◆ Task prompt: From the records below, extract only the lines running from the line with "f 50 104 105" to the line with "f 113 67 112", both lines included, reproducing them exactly.

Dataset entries
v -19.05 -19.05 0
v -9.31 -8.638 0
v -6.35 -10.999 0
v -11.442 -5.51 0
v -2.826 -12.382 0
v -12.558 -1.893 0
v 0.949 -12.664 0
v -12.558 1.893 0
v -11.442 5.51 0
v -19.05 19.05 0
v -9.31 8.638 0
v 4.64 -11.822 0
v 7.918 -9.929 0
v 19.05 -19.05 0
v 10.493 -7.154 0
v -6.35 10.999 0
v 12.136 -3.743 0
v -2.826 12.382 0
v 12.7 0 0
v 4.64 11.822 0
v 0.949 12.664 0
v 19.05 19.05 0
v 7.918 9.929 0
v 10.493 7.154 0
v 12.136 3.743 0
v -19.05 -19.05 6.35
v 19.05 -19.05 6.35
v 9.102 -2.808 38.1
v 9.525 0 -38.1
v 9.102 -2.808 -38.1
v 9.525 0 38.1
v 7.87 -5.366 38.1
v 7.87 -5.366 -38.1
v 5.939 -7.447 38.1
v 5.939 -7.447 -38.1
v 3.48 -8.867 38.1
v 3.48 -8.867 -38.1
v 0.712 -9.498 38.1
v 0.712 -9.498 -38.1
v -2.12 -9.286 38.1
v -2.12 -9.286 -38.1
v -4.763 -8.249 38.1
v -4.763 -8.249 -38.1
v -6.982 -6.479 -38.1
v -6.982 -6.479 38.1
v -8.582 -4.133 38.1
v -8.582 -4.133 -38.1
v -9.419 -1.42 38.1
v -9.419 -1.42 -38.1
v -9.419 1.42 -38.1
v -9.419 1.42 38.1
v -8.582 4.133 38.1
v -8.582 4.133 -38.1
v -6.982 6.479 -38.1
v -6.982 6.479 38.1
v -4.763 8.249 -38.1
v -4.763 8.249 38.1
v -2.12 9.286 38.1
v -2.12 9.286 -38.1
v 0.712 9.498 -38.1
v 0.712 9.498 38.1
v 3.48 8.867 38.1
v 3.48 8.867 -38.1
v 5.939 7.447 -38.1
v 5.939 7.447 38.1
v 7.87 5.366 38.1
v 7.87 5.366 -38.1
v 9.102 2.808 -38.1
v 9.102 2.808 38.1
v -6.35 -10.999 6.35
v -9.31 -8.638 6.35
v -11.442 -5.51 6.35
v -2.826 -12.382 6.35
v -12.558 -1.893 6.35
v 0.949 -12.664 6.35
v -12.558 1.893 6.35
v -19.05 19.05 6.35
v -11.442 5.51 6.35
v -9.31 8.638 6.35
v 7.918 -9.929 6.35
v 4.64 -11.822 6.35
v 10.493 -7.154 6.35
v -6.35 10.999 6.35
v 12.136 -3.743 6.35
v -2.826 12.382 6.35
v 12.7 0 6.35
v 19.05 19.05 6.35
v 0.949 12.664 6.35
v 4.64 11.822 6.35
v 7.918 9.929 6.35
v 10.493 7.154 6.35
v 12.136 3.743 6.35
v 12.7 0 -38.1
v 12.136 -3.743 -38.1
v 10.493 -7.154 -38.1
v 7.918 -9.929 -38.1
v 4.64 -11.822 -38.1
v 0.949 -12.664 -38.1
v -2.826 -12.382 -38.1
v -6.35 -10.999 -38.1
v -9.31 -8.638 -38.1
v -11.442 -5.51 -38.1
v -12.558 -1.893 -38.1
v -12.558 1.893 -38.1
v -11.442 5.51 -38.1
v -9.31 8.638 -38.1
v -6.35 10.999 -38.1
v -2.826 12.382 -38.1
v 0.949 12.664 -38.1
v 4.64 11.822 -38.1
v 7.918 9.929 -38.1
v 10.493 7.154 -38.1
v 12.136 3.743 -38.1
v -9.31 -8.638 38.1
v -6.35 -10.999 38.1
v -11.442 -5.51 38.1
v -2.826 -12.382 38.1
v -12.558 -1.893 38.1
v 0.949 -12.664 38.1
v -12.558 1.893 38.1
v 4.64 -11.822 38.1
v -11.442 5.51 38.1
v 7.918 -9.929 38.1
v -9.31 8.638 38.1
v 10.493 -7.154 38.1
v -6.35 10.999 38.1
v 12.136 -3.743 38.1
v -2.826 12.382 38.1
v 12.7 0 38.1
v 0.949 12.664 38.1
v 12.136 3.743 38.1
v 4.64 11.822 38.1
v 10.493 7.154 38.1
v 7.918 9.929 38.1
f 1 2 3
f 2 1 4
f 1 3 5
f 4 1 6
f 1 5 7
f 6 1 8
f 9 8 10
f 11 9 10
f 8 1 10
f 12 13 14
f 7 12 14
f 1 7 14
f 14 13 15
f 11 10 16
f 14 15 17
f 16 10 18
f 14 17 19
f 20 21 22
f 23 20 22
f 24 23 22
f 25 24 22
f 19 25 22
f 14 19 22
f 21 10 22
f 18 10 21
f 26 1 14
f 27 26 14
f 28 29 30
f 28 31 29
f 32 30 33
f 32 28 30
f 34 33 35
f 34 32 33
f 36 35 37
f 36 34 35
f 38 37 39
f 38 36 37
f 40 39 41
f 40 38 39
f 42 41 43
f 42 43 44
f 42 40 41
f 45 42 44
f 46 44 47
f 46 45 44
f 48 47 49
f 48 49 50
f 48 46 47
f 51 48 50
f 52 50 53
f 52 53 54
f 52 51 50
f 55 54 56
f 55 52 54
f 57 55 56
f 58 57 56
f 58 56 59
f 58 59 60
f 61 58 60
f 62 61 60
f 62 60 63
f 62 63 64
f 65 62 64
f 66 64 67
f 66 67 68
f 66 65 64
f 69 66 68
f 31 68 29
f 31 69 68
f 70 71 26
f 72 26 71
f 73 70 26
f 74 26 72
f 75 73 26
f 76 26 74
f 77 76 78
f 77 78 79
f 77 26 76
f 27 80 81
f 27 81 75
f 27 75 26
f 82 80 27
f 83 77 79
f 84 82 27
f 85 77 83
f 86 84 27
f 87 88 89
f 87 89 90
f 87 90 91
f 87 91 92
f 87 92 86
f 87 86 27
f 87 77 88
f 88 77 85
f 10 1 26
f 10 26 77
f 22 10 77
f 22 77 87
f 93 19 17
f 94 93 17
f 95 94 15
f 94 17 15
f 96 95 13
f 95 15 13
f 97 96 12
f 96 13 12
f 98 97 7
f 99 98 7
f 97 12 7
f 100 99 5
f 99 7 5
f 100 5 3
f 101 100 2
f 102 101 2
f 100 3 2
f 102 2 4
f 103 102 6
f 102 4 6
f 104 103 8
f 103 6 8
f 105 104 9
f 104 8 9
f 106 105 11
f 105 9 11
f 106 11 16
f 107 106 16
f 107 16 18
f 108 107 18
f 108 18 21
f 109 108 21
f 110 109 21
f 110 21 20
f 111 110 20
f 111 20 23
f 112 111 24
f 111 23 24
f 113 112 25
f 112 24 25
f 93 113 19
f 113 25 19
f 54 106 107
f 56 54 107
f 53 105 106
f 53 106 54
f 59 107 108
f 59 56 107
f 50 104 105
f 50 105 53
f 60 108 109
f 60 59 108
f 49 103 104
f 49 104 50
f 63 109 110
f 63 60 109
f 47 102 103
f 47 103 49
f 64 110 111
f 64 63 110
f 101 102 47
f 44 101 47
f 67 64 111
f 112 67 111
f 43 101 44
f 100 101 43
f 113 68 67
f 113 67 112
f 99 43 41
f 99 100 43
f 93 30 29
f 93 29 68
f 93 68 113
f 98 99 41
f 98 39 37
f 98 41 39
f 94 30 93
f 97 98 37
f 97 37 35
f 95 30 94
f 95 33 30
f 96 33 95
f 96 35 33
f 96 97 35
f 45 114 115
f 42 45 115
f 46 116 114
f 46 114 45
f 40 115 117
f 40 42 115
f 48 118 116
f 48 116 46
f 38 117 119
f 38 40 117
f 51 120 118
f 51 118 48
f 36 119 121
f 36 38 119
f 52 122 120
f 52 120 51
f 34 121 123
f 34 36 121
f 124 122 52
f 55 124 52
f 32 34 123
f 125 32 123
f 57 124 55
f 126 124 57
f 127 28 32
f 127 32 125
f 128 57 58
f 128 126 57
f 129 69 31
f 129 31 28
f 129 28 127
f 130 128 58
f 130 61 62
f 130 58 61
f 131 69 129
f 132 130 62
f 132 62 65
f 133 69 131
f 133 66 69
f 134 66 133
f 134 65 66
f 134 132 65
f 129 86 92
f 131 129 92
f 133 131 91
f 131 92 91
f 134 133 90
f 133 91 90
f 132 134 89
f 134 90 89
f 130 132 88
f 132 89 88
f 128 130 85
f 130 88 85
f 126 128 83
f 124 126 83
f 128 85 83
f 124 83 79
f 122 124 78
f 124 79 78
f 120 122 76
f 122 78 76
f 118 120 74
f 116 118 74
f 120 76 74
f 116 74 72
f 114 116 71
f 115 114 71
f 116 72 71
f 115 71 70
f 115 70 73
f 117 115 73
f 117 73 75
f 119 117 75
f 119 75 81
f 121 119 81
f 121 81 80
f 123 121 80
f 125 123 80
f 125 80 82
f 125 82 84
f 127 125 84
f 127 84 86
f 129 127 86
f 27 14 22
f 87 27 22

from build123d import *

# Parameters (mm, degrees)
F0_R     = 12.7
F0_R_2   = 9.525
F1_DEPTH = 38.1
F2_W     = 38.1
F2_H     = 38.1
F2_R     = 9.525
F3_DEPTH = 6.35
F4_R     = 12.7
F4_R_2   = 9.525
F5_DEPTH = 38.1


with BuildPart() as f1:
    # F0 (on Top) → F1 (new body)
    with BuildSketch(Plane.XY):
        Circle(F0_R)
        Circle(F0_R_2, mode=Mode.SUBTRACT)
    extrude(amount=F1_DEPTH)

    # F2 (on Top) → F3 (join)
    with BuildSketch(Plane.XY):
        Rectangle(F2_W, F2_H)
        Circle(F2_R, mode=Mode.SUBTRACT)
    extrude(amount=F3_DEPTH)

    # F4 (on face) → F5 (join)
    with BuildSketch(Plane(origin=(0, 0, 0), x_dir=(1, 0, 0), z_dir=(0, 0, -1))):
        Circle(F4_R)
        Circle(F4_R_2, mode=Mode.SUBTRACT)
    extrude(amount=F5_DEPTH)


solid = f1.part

◆ The completed task:
f 50 104 105
f 50 105 53
f 60 108 109
f 60 59 108
f 49 103 104
f 49 104 50
f 63 109 110
f 63 60 109
f 47 102 103
f 47 103 49
f 64 110 111
f 64 63 110
f 101 102 47
f 44 101 47
f 67 64 111
f 112 67 111
f 43 101 44
f 100 101 43
f 113 68 67
f 113 67 112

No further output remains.